I've wondered that too. We'll never know for sure if it could've been made less bad.


----------



## MJS (Aug 31, 2013)

Dirty Dog said:


> In keeping with the idea of discussing the SD aspects of the case...
> 
> 
> Those who have read the story of how I lost an eye won't be surprised to hear that I am *not* in favor of 'going along'.
> ...



Finally, some posts that should've been here in the first place.  Before I comment any further, I'd like to apologize for taking this a bit off track.  Despite resistance from one person, I did attempt to make my point clear, as to what I wanted to discuss.  Apparently it failed early on, but hey, we're all human, and now at least we're getting somewhere.

Anyways...you're right...there is no 1 size fits all solution, thus why I always talk about assessing each situation accordingly.  I think a lot of the time, when people hear 'fight back' they think it's 'on' from the get go.  I like and agree with what you said in regards to handing over the wallet.  If you're going to do something, take advantage of that opportunity, when handing over the wallet, the keys, etc.


----------



## MJS (Aug 31, 2013)

billc said:


> I saw a case where three guys robbed a motel clerk. There was a security camera that caught the whole event.  The clerk didn't fight back, gave them the money and they left.  Then, as the clerk got up off the floor from behind the counter, one of the criminals ran back in and shot him.  Luckily, he was a body builder and the layer of muscle in his abdomen kept the bullet from killing him.  Sometines even not fighting back will get you killed.



Same thing happened in this case
http://articles.courant.com/2012-06..._meriden-robbery-police-officers-dark-t-shirt

"A witness who was inside the store at the time of the shooting told police a man entered the store with a gun and demanded money. The witness said that once the man got the money, he shot the clerk in the chest and left."


----------



## billc (Aug 31, 2013)

How do you guess the intention of the criminal?  How do you know that he isn't just going to kill you after you hand the money over?

Another story from one of the detective shows on the Discovery Channel...

Three guys go to a bank president's home at 3 in the morning and take him hostage.  He goes with them to the bank, opens the safe and gives them all the money.  They then take him to a bridge, duct tape him to a chair with a cement block duct taped to it and toss him, alive, into the river, where he drowns to death.  At the beginning of the attack at his house he did try to escape out the back door.  His biggest mistake is that 1) he answered his door at 3 a.m. without knowing who was knocking and 2) he answered his door at 3 a.m. without a gun in his hand or on his belt...a gun may have saved his life...


----------



## Tgace (Aug 31, 2013)

Then there was that horror story of the two men who raped and a mother and two daughters and set their house on fire killing them...the father was bound and beat with a hammer but survived. The criminals said that if the father had faught when they first entered the home they likely would have fled...they are *******s and liars of course....
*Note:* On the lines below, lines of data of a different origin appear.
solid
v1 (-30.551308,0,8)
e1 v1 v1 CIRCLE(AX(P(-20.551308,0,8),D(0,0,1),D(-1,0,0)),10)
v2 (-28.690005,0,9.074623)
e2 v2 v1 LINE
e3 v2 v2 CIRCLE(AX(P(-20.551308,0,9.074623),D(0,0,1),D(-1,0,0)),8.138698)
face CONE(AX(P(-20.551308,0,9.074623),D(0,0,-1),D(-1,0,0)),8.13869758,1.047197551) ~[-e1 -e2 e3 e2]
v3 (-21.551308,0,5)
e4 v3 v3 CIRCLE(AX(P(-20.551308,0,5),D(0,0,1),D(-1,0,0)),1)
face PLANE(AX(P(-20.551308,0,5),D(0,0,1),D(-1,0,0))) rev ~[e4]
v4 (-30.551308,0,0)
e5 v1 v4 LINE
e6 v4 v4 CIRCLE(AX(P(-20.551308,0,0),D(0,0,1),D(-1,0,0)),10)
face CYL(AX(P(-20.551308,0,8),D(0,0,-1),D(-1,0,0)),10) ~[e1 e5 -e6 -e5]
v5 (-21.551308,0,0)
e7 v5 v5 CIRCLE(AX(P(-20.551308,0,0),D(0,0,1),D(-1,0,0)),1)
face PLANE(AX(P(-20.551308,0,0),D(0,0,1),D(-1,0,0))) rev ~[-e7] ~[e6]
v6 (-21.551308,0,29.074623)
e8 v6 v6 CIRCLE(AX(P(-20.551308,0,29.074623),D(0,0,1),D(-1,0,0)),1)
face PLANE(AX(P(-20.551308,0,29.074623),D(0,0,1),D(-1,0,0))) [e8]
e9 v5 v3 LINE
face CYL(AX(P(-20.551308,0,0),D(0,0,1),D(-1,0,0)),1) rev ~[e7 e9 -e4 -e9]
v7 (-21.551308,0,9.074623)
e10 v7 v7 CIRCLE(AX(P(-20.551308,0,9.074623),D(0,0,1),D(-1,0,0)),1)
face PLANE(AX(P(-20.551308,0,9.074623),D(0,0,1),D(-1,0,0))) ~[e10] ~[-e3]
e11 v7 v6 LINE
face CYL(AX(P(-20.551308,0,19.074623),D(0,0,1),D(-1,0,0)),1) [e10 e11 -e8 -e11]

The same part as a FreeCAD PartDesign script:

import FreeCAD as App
import Part
import Sketcher
from FreeCAD import Vector
Q = App.Units.Quantity

doc = App.newDocument("Part")
body = doc.addObject("PartDesign::Body", "Body")

sketch1 = doc.addObject("Sketcher::SketchObject", "Sketch")
body.addObject(sketch1)
sketch1.AttachmentSupport = (doc.XZ_Plane, [""])
sketch1.MapMode = "FlatFace"
sketch1.addGeometry([
    Part.LineSegment(Vector(-21.6, 29.1, 0), Vector(-21.6, 9.1, 0)),
    Part.LineSegment(Vector(-21.6, 9.1, 0), Vector(-28.7, 9.1, 0)),
    Part.LineSegment(Vector(-28.7, 9.1, 0), Vector(-30.6, 8, 0)),
    Part.LineSegment(Vector(-30.6, 8, 0), Vector(-30.6, 0, 0)),
    Part.LineSegment(Vector(-30.6, 0, 0), Vector(-21.6, 0, 0)),
    Part.LineSegment(Vector(-21.6, 0, 0), Vector(-21.6, 5, 0)),
    Part.LineSegment(Vector(-21.6, 5, 0), Vector(-20.6, 5, 0)),
    Part.LineSegment(Vector(-20.6, 5, 0), Vector(-20.6, 29.1, 0)),
    Part.LineSegment(Vector(-20.6, 29.1, 0), Vector(-21.6, 29.1, 0)),
], False)
sketch1.addGeometry(Part.LineSegment(Vector(-20.6, 0, 0), Vector(-20.6, 29.1, 0)), True)
sketch1.addConstraint([
    Sketcher.Constraint("Coincident", 0, 2, 1, 1),
    Sketcher.Constraint("Coincident", 1, 2, 2, 1),
    Sketcher.Constraint("Coincident", 2, 2, 3, 1),
    Sketcher.Constraint("Coincident", 3, 2, 4, 1),
    Sketcher.Constraint("Coincident", 4, 2, 5, 1),
    Sketcher.Constraint("Coincident", 5, 2, 6, 1),
    Sketcher.Constraint("Coincident", 6, 2, 7, 1),
    Sketcher.Constraint("Coincident", 7, 2, 8, 1),
    Sketcher.Constraint("Coincident", 8, 2, 0, 1),
    Sketcher.Constraint("Vertical", 0),
    Sketcher.Constraint("Horizontal", 1),
    Sketcher.Constraint("Vertical", 3),
    Sketcher.Constraint("Horizontal", 4),
    Sketcher.Constraint("Vertical", 5),
    Sketcher.Constraint("Horizontal", 6),
    Sketcher.Constraint("Vertical", 7),
    Sketcher.Constraint("Horizontal", 8),
    Sketcher.Constraint("Vertical", 9),
    Sketcher.Constraint("Coincident", 9, 2, 7, 2),
    Sketcher.Constraint("PointOnObject", 3, 2, -1),
    Sketcher.Constraint("PointOnObject", 9, 1, -1),
    Sketcher.Constraint("Vertical", 0, 2, 4, 2),
    Sketcher.Constraint("DistanceX", 4, 1, 4, 2, 9.0),
    Sketcher.Constraint("DistanceX", 6, 1, 6, 2, 1.0),
    Sketcher.Constraint("DistanceY", 0, 2, 0, 1, 20.0),
    Sketcher.Constraint("DistanceY", 3, 2, 3, 1, 8.0),
    Sketcher.Constraint("DistanceY", 5, 1, 5, 2, 5.0),
    Sketcher.Constraint("Angle", 2, Q("-150 deg")),
    Sketcher.Constraint("DistanceX", 1, 2, 1, 1, 7.138698),
    Sketcher.Constraint("DistanceX", 0, 2, -1, 1, 21.551308),
])
revolution = doc.addObject("PartDesign::Revolution", "Revolution")
body.addObject(revolution)
revolution.Profile = sketch1
revolution.ReferenceAxis = (sketch1, ["Axis0"])
revolution.Angle = 360

doc.recompute()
I also don't know if I support the whole "you have to evaluate the situation" meme either. You have a split second to "evaluate"....a guy with a gun demanding your wallet? Yes...give it up. Two guys pushing you around? Trying to "evaluate" only pushes you into down the OODA loop without taking action.

In the end I think my issue with THIS case is a police chief manking ANY statement about defending oneself. 
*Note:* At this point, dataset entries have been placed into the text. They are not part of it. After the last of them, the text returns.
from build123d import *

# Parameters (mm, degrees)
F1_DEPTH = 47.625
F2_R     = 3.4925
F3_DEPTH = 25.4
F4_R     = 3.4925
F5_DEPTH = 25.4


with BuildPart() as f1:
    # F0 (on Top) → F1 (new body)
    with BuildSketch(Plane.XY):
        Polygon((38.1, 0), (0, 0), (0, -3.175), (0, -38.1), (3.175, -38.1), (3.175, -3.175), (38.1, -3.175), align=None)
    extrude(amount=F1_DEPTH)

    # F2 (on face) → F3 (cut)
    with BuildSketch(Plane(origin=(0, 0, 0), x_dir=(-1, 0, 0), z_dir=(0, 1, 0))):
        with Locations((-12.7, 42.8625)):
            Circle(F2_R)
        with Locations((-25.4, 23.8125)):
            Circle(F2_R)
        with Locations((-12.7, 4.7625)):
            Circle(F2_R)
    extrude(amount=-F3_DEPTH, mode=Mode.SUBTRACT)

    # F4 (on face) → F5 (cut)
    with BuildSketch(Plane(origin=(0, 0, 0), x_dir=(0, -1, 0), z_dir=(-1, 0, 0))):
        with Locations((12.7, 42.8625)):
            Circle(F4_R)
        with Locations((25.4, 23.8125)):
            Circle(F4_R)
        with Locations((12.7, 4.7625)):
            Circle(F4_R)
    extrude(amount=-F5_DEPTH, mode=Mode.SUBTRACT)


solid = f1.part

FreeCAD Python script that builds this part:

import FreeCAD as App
import Part
import Sketcher
Q = App.Units.Quantity

doc = App.newDocument("Part")
params = doc.addObject("Spreadsheet::Sheet", "Params")
for row, (alias, value) in enumerate([
    ("sketch1_width", "1.5 in"),
    ("sketch1_width2", "0.125 in"),
    ("pad1_length", "1.875 in"),
    ("sketch2_diameter", "0.275 in"),
    ("pocket1_length", "1 in"),
    ("sketch3_diameter", "0.275 in"),
    ("pocket2_length", "1 in"),
], start=1):
    params.set(f"A{row}", alias)
    params.set(f"B{row}", "=" + value)
    params.setAlias(f"B{row}", alias)

body = doc.addObject("PartDesign::Body", "Body")

# Sketch on XY plane
sketch1 = doc.addObject("Sketcher::SketchObject", "Sketch")
body.addObject(sketch1)
sketch1.AttachmentSupport = (doc.XY_Plane, [""])
sketch1.MapMode = "FlatFace"
sketch1.addGeometry([
    Part.LineSegment(App.Vector(38.1, 0, 0), App.Vector(0, 0, 0)),  # 0
    Part.LineSegment(App.Vector(0, 0, 0), App.Vector(0, -38.1, 0)),  # 1
    Part.LineSegment(App.Vector(0, -38.1, 0), App.Vector(3.2, -38.1, 0)),  # 2
    Part.LineSegment(App.Vector(3.2, -38.1, 0), App.Vector(3.2, -3.2, 0)),  # 3
    Part.LineSegment(App.Vector(3.2, -3.2, 0), App.Vector(38.1, -3.2, 0)),  # 4
    Part.LineSegment(App.Vector(38.1, -3.2, 0), App.Vector(38.1, 0, 0)),  # 5
], False)
sketch1.addConstraint([
    Sketcher.Constraint("Coincident", 0, 2, 1, 1),
    Sketcher.Constraint("Coincident", 1, 2, 2, 1),
    Sketcher.Constraint("Coincident", 2, 2, 3, 1),
    Sketcher.Constraint("Coincident", 3, 2, 4, 1),
    Sketcher.Constraint("Coincident", 4, 2, 5, 1),
    Sketcher.Constraint("Coincident", 5, 2, 0, 1),
    Sketcher.Constraint("Horizontal", 0),
    Sketcher.Constraint("Vertical", 1),
    Sketcher.Constraint("Horizontal", 2),
    Sketcher.Constraint("Vertical", 3),
    Sketcher.Constraint("Horizontal", 4),
    Sketcher.Constraint("Vertical", 5),
    Sketcher.Constraint("Coincident", 0, 2, -1, 1),
    Sketcher.Constraint("Equal", 0, 1),
    Sketcher.Constraint("Equal", 4, 3),
    Sketcher.Constraint("DistanceX", 0, 2, 0, 1, Q("1.5 in")),
    Sketcher.Constraint("DistanceX", 2, 1, 2, 2, Q("0.125 in")),
])
sketch1.setExpression("Constraints[15]", "Params.sketch1_width")
sketch1.setExpression("Constraints[16]", "Params.sketch1_width2")
pad1 = doc.addObject("PartDesign::Pad", "Pad")
body.addObject(pad1)
pad1.Profile = sketch1
pad1.setExpression("Length", "Params.pad1_length")

# Sketch on XZ plane
sketch2 = doc.addObject("Sketcher::SketchObject", "Sketch001")
body.addObject(sketch2)
sketch2.AttachmentSupport = (doc.XZ_Plane, [""])
sketch2.MapMode = "FlatFace"
sketch2.addGeometry([
    Part.Circle(App.Vector(12.7, 42.9, 0), App.Vector(0, 0, 1), 3.5),
    Part.Circle(App.Vector(25.4, 23.8, 0), App.Vector(0, 0, 1), 3.5),
    Part.Circle(App.Vector(12.7, 4.8, 0), App.Vector(0, 0, 1), 3.5),
], False)
sketch2.addConstraint([
    Sketcher.Constraint("Equal", 0, 1),
    Sketcher.Constraint("Equal", 1, 2),
    Sketcher.Constraint("Vertical", 0, 3, 2, 3),
    Sketcher.Constraint("Diameter", 0, Q("0.275 in")),
    Sketcher.Constraint("DistanceX", -1, 1, 1, 3, Q("1 in")),
    Sketcher.Constraint("DistanceX", -1, 1, 0, 3, Q("0.5 in")),
    Sketcher.Constraint("DistanceY", 2, 3, 0, 3, Q("1.5 in")),
    Sketcher.Constraint("DistanceY", 1, 3, 0, 3, Q("0.75 in")),
    Sketcher.Constraint("DistanceY", -1, 1, 0, 3, Q("1.6875 in")),
])
sketch2.setExpression("Constraints[3]", "Params.sketch2_diameter")
pocket1 = doc.addObject("PartDesign::Pocket", "Pocket")
body.addObject(pocket1)
pocket1.Profile = sketch2
pocket1.setExpression("Length", "Params.pocket1_length")
pocket1.Reversed = True

# Sketch on YZ plane
sketch3 = doc.addObject("Sketcher::SketchObject", "Sketch002")
body.addObject(sketch3)
sketch3.AttachmentSupport = (doc.YZ_Plane, [""])
sketch3.MapMode = "FlatFace"
sketch3.addGeometry([
    Part.Circle(App.Vector(-12.7, 42.9, 0), App.Vector(0, 0, 1), 3.5),
    Part.Circle(App.Vector(-25.4, 23.8, 0), App.Vector(0, 0, 1), 3.5),
    Part.Circle(App.Vector(-12.7, 4.8, 0), App.Vector(0, 0, 1), 3.5),
], False)
sketch3.addConstraint([
    Sketcher.Constraint("Equal", 0, 1),
    Sketcher.Constraint("Equal", 1, 2),
    Sketcher.Constraint("Vertical", 0, 3, 2, 3),
    Sketcher.Constraint("Diameter", 0, Q("0.275 in")),
    Sketcher.Constraint("DistanceX", 1, 3, -1, 1, Q("1 in")),
    Sketcher.Constraint("DistanceX", 0, 3, -1, 1, Q("0.5 in")),
    Sketcher.Constraint("DistanceY", 2, 3, 0, 3, Q("1.5 in")),
    Sketcher.Constraint("DistanceY", 1, 3, 0, 3, Q("0.75 in")),
    Sketcher.Constraint("DistanceY", -1, 1, 0, 3, Q("1.6875 in")),
])
sketch3.setExpression("Constraints[3]", "Params.sketch3_diameter")
pocket2 = doc.addObject("PartDesign::Pocket", "Pocket001")
body.addObject(pocket2)
pocket2.Profile = sketch3
pocket2.setExpression("Length", "Params.pocket2_length")
pocket2.Reversed = True

doc.recompute()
Sent from my SCH-I405 using Tapatalk 2


----------



## billc (Aug 31, 2013)

I guess it is a go with your gut situation and hope that it turns out the right way...after all, it isn't your fault that these thugs decided to put you in that position...they deserve whatever they get...


----------



## Tgace (Aug 31, 2013)

billc said:


> I guess it is a go with your gut situation and hope that it turns out the right way...after all, it isn't your fault that these thugs decided to put you in that position...they deserve whatever they get...



Where this discussion naturally leads to is pre-conflict planning.
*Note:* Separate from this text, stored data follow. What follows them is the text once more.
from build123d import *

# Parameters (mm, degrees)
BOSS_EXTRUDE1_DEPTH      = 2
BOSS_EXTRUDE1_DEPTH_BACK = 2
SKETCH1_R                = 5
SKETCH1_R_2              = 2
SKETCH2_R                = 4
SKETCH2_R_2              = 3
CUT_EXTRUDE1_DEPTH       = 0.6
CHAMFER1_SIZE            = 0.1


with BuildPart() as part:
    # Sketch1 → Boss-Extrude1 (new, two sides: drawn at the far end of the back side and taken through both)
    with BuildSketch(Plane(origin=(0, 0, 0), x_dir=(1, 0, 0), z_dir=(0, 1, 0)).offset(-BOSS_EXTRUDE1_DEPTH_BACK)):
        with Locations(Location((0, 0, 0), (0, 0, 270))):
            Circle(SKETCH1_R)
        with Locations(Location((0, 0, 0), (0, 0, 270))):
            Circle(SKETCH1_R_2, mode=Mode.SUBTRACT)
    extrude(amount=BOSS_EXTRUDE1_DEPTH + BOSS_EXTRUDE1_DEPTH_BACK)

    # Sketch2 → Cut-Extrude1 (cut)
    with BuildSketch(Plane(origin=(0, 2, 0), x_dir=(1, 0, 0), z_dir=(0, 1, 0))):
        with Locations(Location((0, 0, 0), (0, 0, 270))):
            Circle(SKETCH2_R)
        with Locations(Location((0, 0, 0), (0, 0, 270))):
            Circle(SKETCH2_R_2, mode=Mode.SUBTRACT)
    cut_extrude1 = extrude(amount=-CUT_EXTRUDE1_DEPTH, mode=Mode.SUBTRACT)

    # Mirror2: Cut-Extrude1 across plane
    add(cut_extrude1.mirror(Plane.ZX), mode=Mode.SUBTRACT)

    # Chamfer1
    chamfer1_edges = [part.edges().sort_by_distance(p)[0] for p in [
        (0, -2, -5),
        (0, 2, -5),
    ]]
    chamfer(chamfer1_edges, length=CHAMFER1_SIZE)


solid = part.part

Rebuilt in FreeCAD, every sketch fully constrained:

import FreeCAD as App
import Part
import Sketcher
from FreeCAD import Vector


def edges_at(feature, points):
    """Names of the edges that pass closest to the given points."""
    edges = feature.Shape.Edges
    near = lambda p: min(range(len(edges)), key=lambda i: edges[i].distToShape(Part.Vertex(*p))[0])
    return sorted({f"Edge{near(p) + 1}" for p in points})

doc = App.newDocument("Part")
body = doc.addObject("PartDesign::Body", "Body")

sketch1 = body.newObject("Sketcher::SketchObject", "Sketch")
sketch1.AttachmentSupport = (doc.getObject("XZ_Plane"), [""])
sketch1.MapMode = "FlatFace"
sketch1.addGeometry([
    Part.Circle(Vector(0, 0, 0), Vector(0, 0, 1), 5),
    Part.Circle(Vector(0, 0, 0), Vector(0, 0, 1), 2),
], False)
sketch1.addConstraint([
    Sketcher.Constraint("Coincident", 0, 3, -1, 1),
    Sketcher.Constraint("Coincident", 1, 3, -1, 1),
    Sketcher.Constraint("Diameter", 0, 10.0),
    Sketcher.Constraint("Diameter", 1, 4.0),
])
pad1 = body.newObject("PartDesign::Pad", "Pad")
pad1.Profile = sketch1
pad1.Type = "TwoLengths"
pad1.Length = 2
pad1.Length2 = 2
pad1.Reversed = True

sketch2 = body.newObject("Sketcher::SketchObject", "Sketch001")
sketch2.AttachmentSupport = (doc.getObject("XZ_Plane"), [""])
sketch2.MapMode = "FlatFace"
sketch2.AttachmentOffset = App.Placement(Vector(0, 0, -2), App.Rotation())
sketch2.addGeometry([
    Part.Circle(Vector(0, 0, 0), Vector(0, 0, 1), 4),
    Part.Circle(Vector(0, 0, 0), Vector(0, 0, 1), 3),
], False)
sketch2.addConstraint([
    Sketcher.Constraint("Coincident", 0, 3, -1, 1),
    Sketcher.Constraint("Coincident", 1, 3, -1, 1),
    Sketcher.Constraint("Diameter", 0, 8.0),
    Sketcher.Constraint("Diameter", 1, 6.0),
])
pocket1 = body.newObject("PartDesign::Pocket", "Pocket")
pocket1.Profile = sketch2
pocket1.Length = 0.6
pocket1.Reversed = True
doc.recompute()

mirrored = body.newObject("PartDesign::Mirrored", "Mirrored")
mirrored.Originals = [pocket1]
mirrored.MirrorPlane = (doc.getObject("XZ_Plane"), [""])
body.Tip = mirrored
doc.recompute()

chamfer = body.newObject("PartDesign::Chamfer", "Chamfer")
chamfer.Base = (mirrored, edges_at(mirrored, [(0, -2, -5), (0, 2, -5)]))
chamfer.Size = 0.1

doc.recompute()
Something taught to LEOs...and something I try to do...is to think through as many scenarios as I can, sometimes right as I am approaching a scene, and mentally rehearse what I would do. 

The time to think about what you would do if two men walk through your front door is not during the moment they actually do it.

Sent from my Kindle Fire using Tapatalk 2


----------



## arnisador (Aug 31, 2013)

Tgace said:


> In the end I think my issue with THIS case is a police chief manking ANY statement about defending oneself.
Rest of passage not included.